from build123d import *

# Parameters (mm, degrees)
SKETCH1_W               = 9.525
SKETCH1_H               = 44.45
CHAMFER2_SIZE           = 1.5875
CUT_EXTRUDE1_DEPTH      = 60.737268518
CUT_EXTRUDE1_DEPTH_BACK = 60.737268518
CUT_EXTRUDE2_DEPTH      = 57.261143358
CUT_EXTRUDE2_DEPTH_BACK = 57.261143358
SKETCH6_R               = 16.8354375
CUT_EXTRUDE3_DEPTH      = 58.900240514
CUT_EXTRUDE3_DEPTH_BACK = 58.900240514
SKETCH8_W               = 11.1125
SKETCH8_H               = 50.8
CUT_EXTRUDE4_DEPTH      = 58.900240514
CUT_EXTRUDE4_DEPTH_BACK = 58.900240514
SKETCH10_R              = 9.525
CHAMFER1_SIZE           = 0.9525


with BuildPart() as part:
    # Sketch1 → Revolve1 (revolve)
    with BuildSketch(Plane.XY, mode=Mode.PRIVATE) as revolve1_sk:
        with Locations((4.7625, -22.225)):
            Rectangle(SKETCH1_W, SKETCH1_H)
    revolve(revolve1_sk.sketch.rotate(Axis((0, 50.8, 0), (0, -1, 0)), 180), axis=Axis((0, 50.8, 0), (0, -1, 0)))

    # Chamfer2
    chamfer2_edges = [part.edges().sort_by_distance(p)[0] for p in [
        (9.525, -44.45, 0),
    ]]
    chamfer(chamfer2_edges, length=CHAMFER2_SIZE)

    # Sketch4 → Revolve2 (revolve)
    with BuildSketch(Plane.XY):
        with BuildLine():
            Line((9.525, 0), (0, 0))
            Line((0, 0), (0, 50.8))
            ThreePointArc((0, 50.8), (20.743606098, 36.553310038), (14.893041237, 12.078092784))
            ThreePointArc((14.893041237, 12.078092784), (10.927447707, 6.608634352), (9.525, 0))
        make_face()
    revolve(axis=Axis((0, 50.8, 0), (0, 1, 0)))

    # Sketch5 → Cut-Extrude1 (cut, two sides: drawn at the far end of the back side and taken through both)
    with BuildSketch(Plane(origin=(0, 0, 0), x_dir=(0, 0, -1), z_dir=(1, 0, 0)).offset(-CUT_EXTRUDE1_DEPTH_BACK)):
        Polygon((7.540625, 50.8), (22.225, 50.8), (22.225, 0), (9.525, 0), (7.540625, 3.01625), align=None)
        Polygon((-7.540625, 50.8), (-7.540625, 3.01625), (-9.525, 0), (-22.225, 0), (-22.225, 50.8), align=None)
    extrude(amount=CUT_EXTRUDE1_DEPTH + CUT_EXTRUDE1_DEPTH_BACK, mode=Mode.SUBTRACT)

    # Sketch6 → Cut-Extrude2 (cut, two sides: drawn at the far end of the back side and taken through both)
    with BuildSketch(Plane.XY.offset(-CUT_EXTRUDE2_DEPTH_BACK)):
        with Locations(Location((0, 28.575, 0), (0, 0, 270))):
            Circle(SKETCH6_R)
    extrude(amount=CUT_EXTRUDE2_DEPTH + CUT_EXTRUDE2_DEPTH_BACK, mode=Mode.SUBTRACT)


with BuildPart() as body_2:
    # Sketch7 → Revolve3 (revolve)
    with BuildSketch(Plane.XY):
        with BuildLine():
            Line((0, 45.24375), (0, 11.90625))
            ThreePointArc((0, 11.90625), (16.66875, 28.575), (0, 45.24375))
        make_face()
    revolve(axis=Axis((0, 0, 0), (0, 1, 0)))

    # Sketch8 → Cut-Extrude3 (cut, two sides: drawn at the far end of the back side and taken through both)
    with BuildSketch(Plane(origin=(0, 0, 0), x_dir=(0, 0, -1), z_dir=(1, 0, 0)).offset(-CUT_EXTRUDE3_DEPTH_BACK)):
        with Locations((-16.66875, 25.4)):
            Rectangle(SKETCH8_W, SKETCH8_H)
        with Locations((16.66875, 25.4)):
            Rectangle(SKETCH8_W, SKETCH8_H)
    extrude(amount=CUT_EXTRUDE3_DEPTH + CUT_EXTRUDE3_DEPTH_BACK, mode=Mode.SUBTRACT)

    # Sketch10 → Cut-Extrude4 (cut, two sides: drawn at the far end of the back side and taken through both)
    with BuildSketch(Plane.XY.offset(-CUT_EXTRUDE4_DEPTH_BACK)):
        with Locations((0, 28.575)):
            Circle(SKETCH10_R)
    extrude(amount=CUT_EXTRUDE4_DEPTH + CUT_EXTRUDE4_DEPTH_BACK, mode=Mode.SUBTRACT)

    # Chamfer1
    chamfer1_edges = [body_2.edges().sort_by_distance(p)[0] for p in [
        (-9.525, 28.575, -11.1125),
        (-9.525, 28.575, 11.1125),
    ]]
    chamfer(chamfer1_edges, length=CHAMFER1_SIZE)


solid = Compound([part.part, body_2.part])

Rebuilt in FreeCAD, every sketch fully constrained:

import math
import FreeCAD as App
import Part
import Sketcher
Q = App.Units.Quantity


def edges_at(feature, points):
    """Names of the edges that pass closest to the given points."""
    edges = feature.Shape.Edges
    near = lambda p: min(range(len(edges)), key=lambda i: edges[i].distToShape(Part.Vertex(*p))[0])
    return sorted({f"Edge{near(p) + 1}" for p in points})

doc = App.newDocument("Part")
body = doc.addObject("PartDesign::Body", "Body")

# Sketch on XY plane
sketch1 = body.newObject("Sketcher::SketchObject", "Sketch")
sketch1.AttachmentSupport = (doc.getObject("XY_Plane"), [""])
sketch1.MapMode = "FlatFace"
sketch1.addGeometry([
    Part.LineSegment(App.Vector(0, 0, 0), App.Vector(0, -44, 0)),
    Part.LineSegment(App.Vector(0, -44, 0), App.Vector(10, -44, 0)),
    Part.LineSegment(App.Vector(10, -44, 0), App.Vector(10, 0, 0)),
    Part.LineSegment(App.Vector(10, 0, 0), App.Vector(0, 0, 0)),
], False)
sketch1.addConstraint([
    Sketcher.Constraint("Coincident", 0, 2, 1, 1),
    Sketcher.Constraint("Coincident", 1, 2, 2, 1),
    Sketcher.Constraint("Coincident", 2, 2, 3, 1),
    Sketcher.Constraint("Coincident", 3, 2, 0, 1),
    Sketcher.Constraint("Vertical", 0),
    Sketcher.Constraint("Horizontal", 1),
    Sketcher.Constraint("Vertical", 2),
    Sketcher.Constraint("Horizontal", 3),
    Sketcher.Constraint("Coincident", 3, 2, -1, 1),
    Sketcher.Constraint("DistanceY", 0, 2, 0, 1, Q("1.75 in")),
    Sketcher.Constraint("DistanceX", 1, 1, 1, 2, Q("0.375 in")),
])
revolution = body.newObject("PartDesign::Revolution", "Revolution")
revolution.Profile = sketch1
revolution.ReferenceAxis = (sketch1, ["V_Axis"])
revolution.Angle = 360
doc.recompute()

chamfer = body.newObject("PartDesign::Chamfer", "Chamfer")
chamfer.Base = (revolution, edges_at(revolution, [(9.525, -44.45, 0)]))
chamfer.Size = Q("0.0625 in")

# Sketch on XY plane
sketch2 = body.newObject("Sketcher::SketchObject", "Sketch001")
sketch2.AttachmentSupport = (doc.getObject("XY_Plane"), [""])
sketch2.MapMode = "FlatFace"
sketch2.addGeometry([
    Part.LineSegment(App.Vector(0, 0, 0), App.Vector(10, 0, 0)),
    Part.ArcOfCircle(Part.Circle(App.Vector(26, 0, 0), App.Vector(0, 0, 1), 16), math.radians(132), math.radians(180)),
    Part.ArcOfCircle(Part.Circle(App.Vector(0, 29, 0), App.Vector(0, 0, 1), 22), math.radians(-48), math.radians(90)),
    Part.LineSegment(App.Vector(0, 51, 0), App.Vector(0, 0, 0)),
], False)
sketch2.addConstraint([
    Sketcher.Constraint("Coincident", 0, 2, 1, 2),
    Sketcher.Constraint("Tangent", 1, 1, 2, 1),
    Sketcher.Constraint("Coincident", 2, 2, 3, 1),
    Sketcher.Constraint("Coincident", 3, 2, 0, 1),
    Sketcher.Constraint("Horizontal", 0),
    Sketcher.Constraint("Vertical", 3),
    Sketcher.Constraint("Coincident", 3, 2, -1, 1),
    Sketcher.Constraint("PointOnObject", 1, 3, -1),
    Sketcher.Constraint("PointOnObject", 2, 3, -2),
    Sketcher.Constraint("DistanceY", 3, 2, 3, 1, Q("2 in")),
    Sketcher.Constraint("Radius", 1, Q("0.640625 in")),
    Sketcher.Constraint("Radius", 2, Q("0.875 in")),
])
revolution2 = body.newObject("PartDesign::Revolution", "Revolution001")
revolution2.Profile = sketch2
revolution2.ReferenceAxis = (sketch2, ["V_Axis"])
revolution2.Angle = 360

# Sketch on YZ plane
sketch3 = body.newObject("Sketcher::SketchObject", "Sketch002")
sketch3.AttachmentSupport = (doc.getObject("YZ_Plane"), [""])
sketch3.MapMode = "FlatFace"
sketch3.addGeometry([
    Part.LineSegment(App.Vector(50.8, -22.2, 0), App.Vector(50.8, -7.5, 0)),  # 0
    Part.LineSegment(App.Vector(50.8, -7.5, 0), App.Vector(3, -7.5, 0)),  # 1
    Part.LineSegment(App.Vector(3, -7.5, 0), App.Vector(0, -9.5, 0)),  # 2
    Part.LineSegment(App.Vector(0, -9.5, 0), App.Vector(0, -22.2, 0)),  # 3
    Part.LineSegment(App.Vector(0, -22.2, 0), App.Vector(50.8, -22.2, 0)),  # 4
    Part.LineSegment(App.Vector(3, 7.5, 0), App.Vector(50.8, 7.5, 0)),  # 5
    Part.LineSegment(App.Vector(50.8, 7.5, 0), App.Vector(50.8, 22.2, 0)),  # 6
    Part.LineSegment(App.Vector(50.8, 22.2, 0), App.Vector(0, 22.2, 0)),  # 7
    Part.LineSegment(App.Vector(0, 22.2, 0), App.Vector(0, 9.5, 0)),  # 8
    Part.LineSegment(App.Vector(0, 9.5, 0), App.Vector(3, 7.5, 0)),  # 9
], False)
sketch3.addConstraint([
    Sketcher.Constraint("Coincident", 0, 2, 1, 1),
    Sketcher.Constraint("Coincident", 1, 2, 2, 1),
    Sketcher.Constraint("Coincident", 2, 2, 3, 1),
    Sketcher.Constraint("Coincident", 3, 2, 4, 1),
    Sketcher.Constraint("Coincident", 4, 2, 0, 1),
    Sketcher.Constraint("Coincident", 5, 2, 6, 1),
    Sketcher.Constraint("Coincident", 6, 2, 7, 1),
    Sketcher.Constraint("Coincident", 7, 2, 8, 1),
    Sketcher.Constraint("Coincident", 8, 2, 9, 1),
    Sketcher.Constraint("Coincident", 9, 2, 5, 1),
    Sketcher.Constraint("Vertical", 0),
    Sketcher.Constraint("Horizontal", 1),
    Sketcher.Constraint("Vertical", 3),
    Sketcher.Constraint("Horizontal", 4),
    Sketcher.Constraint("Horizontal", 5),
    Sketcher.Constraint("Vertical", 6),
    Sketcher.Constraint("Horizontal", 7),
    Sketcher.Constraint("Vertical", 8),
    Sketcher.Constraint("Symmetric", 3, 2, 7, 2, -1, 1),
    Sketcher.Constraint("Symmetric", 0, 2, 5, 2, -1),
    Sketcher.Constraint("Symmetric", 2, 2, 8, 2, -1),
    Sketcher.Constraint("Vertical", 1, 2, 9, 2),
    Sketcher.Constraint("DistanceX", 4, 1, 4, 2, Q("2 in")),
    Sketcher.Constraint("DistanceY", 3, 2, 3, 1, Q("0.5 in")),
    Sketcher.Constraint("DistanceY", 0, 1, 0, 2, Q("0.578125 in")),
    Sketcher.Constraint("DistanceY", 4, 2, 6, 2, Q("1.75 in")),
    Sketcher.Constraint("DistanceX", 1, 2, 1, 1, 47.78375),
])
pocket1 = body.newObject("PartDesign::Pocket", "Pocket")
pocket1.Profile = sketch3
pocket1.Type = "ThroughAll"
pocket1.Midplane = True

# Sketch on XY plane
sketch4 = body.newObject("Sketcher::SketchObject", "Sketch003")
sketch4.AttachmentSupport = (doc.getObject("XY_Plane"), [""])
sketch4.MapMode = "FlatFace"
sketch4.addGeometry(Part.Circle(App.Vector(0, 29, 0), App.Vector(0, 0, 1), 17), False)
sketch4.addConstraint([
    Sketcher.Constraint("PointOnObject", 0, 3, -2),
    Sketcher.Constraint("DistanceY", -1, 1, 0, 3, Q("1.125 in")),
    Sketcher.Constraint("Diameter", 0, 33.670875),
])
pocket2 = body.newObject("PartDesign::Pocket", "Pocket001")
pocket2.Profile = sketch4
pocket2.Type = "ThroughAll"
pocket2.Midplane = True
body2 = doc.addObject("PartDesign::Body", "Body001")

# Sketch on XY plane
sketch5 = body2.newObject("Sketcher::SketchObject", "Sketch004")
sketch5.AttachmentSupport = (doc.getObject("XY_Plane001"), [""])
sketch5.MapMode = "FlatFace"
sketch5.addGeometry([
    Part.LineSegment(App.Vector(0, 45, 0), App.Vector(0, 12, 0)),
    Part.ArcOfCircle(Part.Circle(App.Vector(0, 29, 0), App.Vector(0, 0, 1), 17), math.radians(-90), math.radians(90)),
], False)
sketch5.addConstraint([
    Sketcher.Constraint("Coincident", 0, 1, 1, 2),
    Sketcher.Constraint("Coincident", 1, 1, 0, 2),
    Sketcher.Constraint("Vertical", 0),
    Sketcher.Constraint("PointOnObject", 1, 3, -2),
    Sketcher.Constraint("PointOnObject", 0, 1, -2),
    Sketcher.Constraint("Radius", 1, Q("0.65625 in")),
    Sketcher.Constraint("DistanceY", -1, 1, 1, 3, Q("1.125 in")),
])
revolution3 = body2.newObject("PartDesign::Revolution", "Revolution002")
revolution3.Profile = sketch5
revolution3.ReferenceAxis = (sketch5, ["V_Axis"])
revolution3.Angle = 360

# Sketch on YZ plane
sketch6 = body2.newObject("Sketcher::SketchObject", "Sketch005")
sketch6.AttachmentSupport = (doc.getObject("YZ_Plane001"), [""])
sketch6.MapMode = "FlatFace"
sketch6.addGeometry([
    Part.LineSegment(App.Vector(51, 22, 0), App.Vector(0, 22, 0)),  # 0
    Part.LineSegment(App.Vector(0, 22, 0), App.Vector(0, 11, 0)),  # 1
    Part.LineSegment(App.Vector(0, 11, 0), App.Vector(51, 11, 0)),  # 2
    Part.LineSegment(App.Vector(51, 11, 0), App.Vector(51, 22, 0)),  # 3
    Part.LineSegment(App.Vector(51, -11, 0), App.Vector(0, -11, 0)),  # 4
    Part.LineSegment(App.Vector(0, -11, 0), App.Vector(0, -22, 0)),  # 5
    Part.LineSegment(App.Vector(0, -22, 0), App.Vector(51, -22, 0)),  # 6
    Part.LineSegment(App.Vector(51, -22, 0), App.Vector(51, -11, 0)),  # 7
], False)
sketch6.addConstraint([
    Sketcher.Constraint("Coincident", 0, 2, 1, 1),
    Sketcher.Constraint("Coincident", 1, 2, 2, 1),
    Sketcher.Constraint("Coincident", 2, 2, 3, 1),
    Sketcher.Constraint("Coincident", 3, 2, 0, 1),
    Sketcher.Constraint("Coincident", 4, 2, 5, 1),
    Sketcher.Constraint("Coincident", 5, 2, 6, 1),
    Sketcher.Constraint("Coincident", 6, 2, 7, 1),
    Sketcher.Constraint("Coincident", 7, 2, 4, 1),
    Sketcher.Constraint("Horizontal", 0),
    Sketcher.Constraint("Vertical", 1),
    Sketcher.Constraint("Horizontal", 2),
    Sketcher.Constraint("Vertical", 3),
    Sketcher.Constraint("Horizontal", 4),
    Sketcher.Constraint("Vertical", 5),
    Sketcher.Constraint("Horizontal", 6),
    Sketcher.Constraint("Vertical", 7),
    Sketcher.Constraint("Symmetric", 1, 2, 4, 2, -1, 1),
    Sketcher.Constraint("Symmetric", 0, 2, 5, 2, -1),
    Sketcher.Constraint("Vertical", 3, 2, 6, 2),
    Sketcher.Constraint("DistanceX", 0, 2, 0, 1, Q("2 in")),
    Sketcher.Constraint("DistanceY", 1, 2, 1, 1, Q("0.4375 in")),
    Sketcher.Constraint("DistanceY", 5, 2, 0, 2, Q("1.75 in")),
])
pocket3 = body2.newObject("PartDesign::Pocket", "Pocket002")
pocket3.Profile = sketch6
pocket3.Type = "ThroughAll"
pocket3.Midplane = True

# Sketch on XY plane
sketch7 = body2.newObject("Sketcher::SketchObject", "Sketch006")
sketch7.AttachmentSupport = (doc.getObject("XY_Plane001"), [""])
sketch7.MapMode = "FlatFace"
sketch7.addGeometry(Part.Circle(App.Vector(0, 29, 0), App.Vector(0, 0, 1), 10), False)
sketch7.addConstraint([
    Sketcher.Constraint("PointOnObject", 0, 3, -2),
    Sketcher.Constraint("Diameter", 0, Q("0.75 in")),
    Sketcher.Constraint("DistanceY", -1, 1, 0, 3, Q("1.125 in")),
])
pocket4 = body2.newObject("PartDesign::Pocket", "Pocket003")
pocket4.Profile = sketch7
pocket4.Type = "ThroughAll"
pocket4.Midplane = True
doc.recompute()

chamfer2 = body2.newObject("PartDesign::Chamfer", "Chamfer001")
chamfer2.Base = (pocket4, edges_at(pocket4, [(-9.525, 28.575, -11.113), (-9.525, 28.575, 11.113)]))
chamfer2.Size = Q("0.0375 in")

doc.recompute()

◆ ◆ ◆ ◆

Required action:
Write out only the lines that run from the line containing "CUT_EXTRUDE2_DEPTH_BACK = 57.261143358" through the line containing "# Sketch5 →", both included, exactly as they appear above.

Result:
CUT_EXTRUDE2_DEPTH_BACK = 57.261143358
SKETCH6_R               = 16.8354375
CUT_EXTRUDE3_DEPTH      = 58.900240514
CUT_EXTRUDE3_DEPTH_BACK = 58.900240514
SKETCH8_W               = 11.1125
SKETCH8_H               = 50.8
CUT_EXTRUDE4_DEPTH      = 58.900240514
CUT_EXTRUDE4_DEPTH_BACK = 58.900240514
SKETCH10_R              = 9.525
CHAMFER1_SIZE           = 0.9525


with BuildPart() as part:
    # Sketch1 → Revolve1 (revolve)
    with BuildSketch(Plane.XY, mode=Mode.PRIVATE) as revolve1_sk:
        with Locations((4.7625, -22.225)):
            Rectangle(SKETCH1_W, SKETCH1_H)
    revolve(revolve1_sk.sketch.rotate(Axis((0, 50.8, 0), (0, -1, 0)), 180), axis=Axis((0, 50.8, 0), (0, -1, 0)))

    # Chamfer2
    chamfer2_edges = [part.edges().sort_by_distance(p)[0] for p in [
        (9.525, -44.45, 0),
    ]]
    chamfer(chamfer2_edges, length=CHAMFER2_SIZE)

    # Sketch4 → Revolve2 (revolve)
    with BuildSketch(Plane.XY):
        with BuildLine():
            Line((9.525, 0), (0, 0))
            Line((0, 0), (0, 50.8))
            ThreePointArc((0, 50.8), (20.743606098, 36.553310038), (14.893041237, 12.078092784))
            ThreePointArc((14.893041237, 12.078092784), (10.927447707, 6.608634352), (9.525, 0))
        make_face()
    revolve(axis=Axis((0, 50.8, 0), (0, 1, 0)))

    # Sketch5 → Cut-Extrude1 (cut, two sides: drawn at the far end of the back side and taken through both)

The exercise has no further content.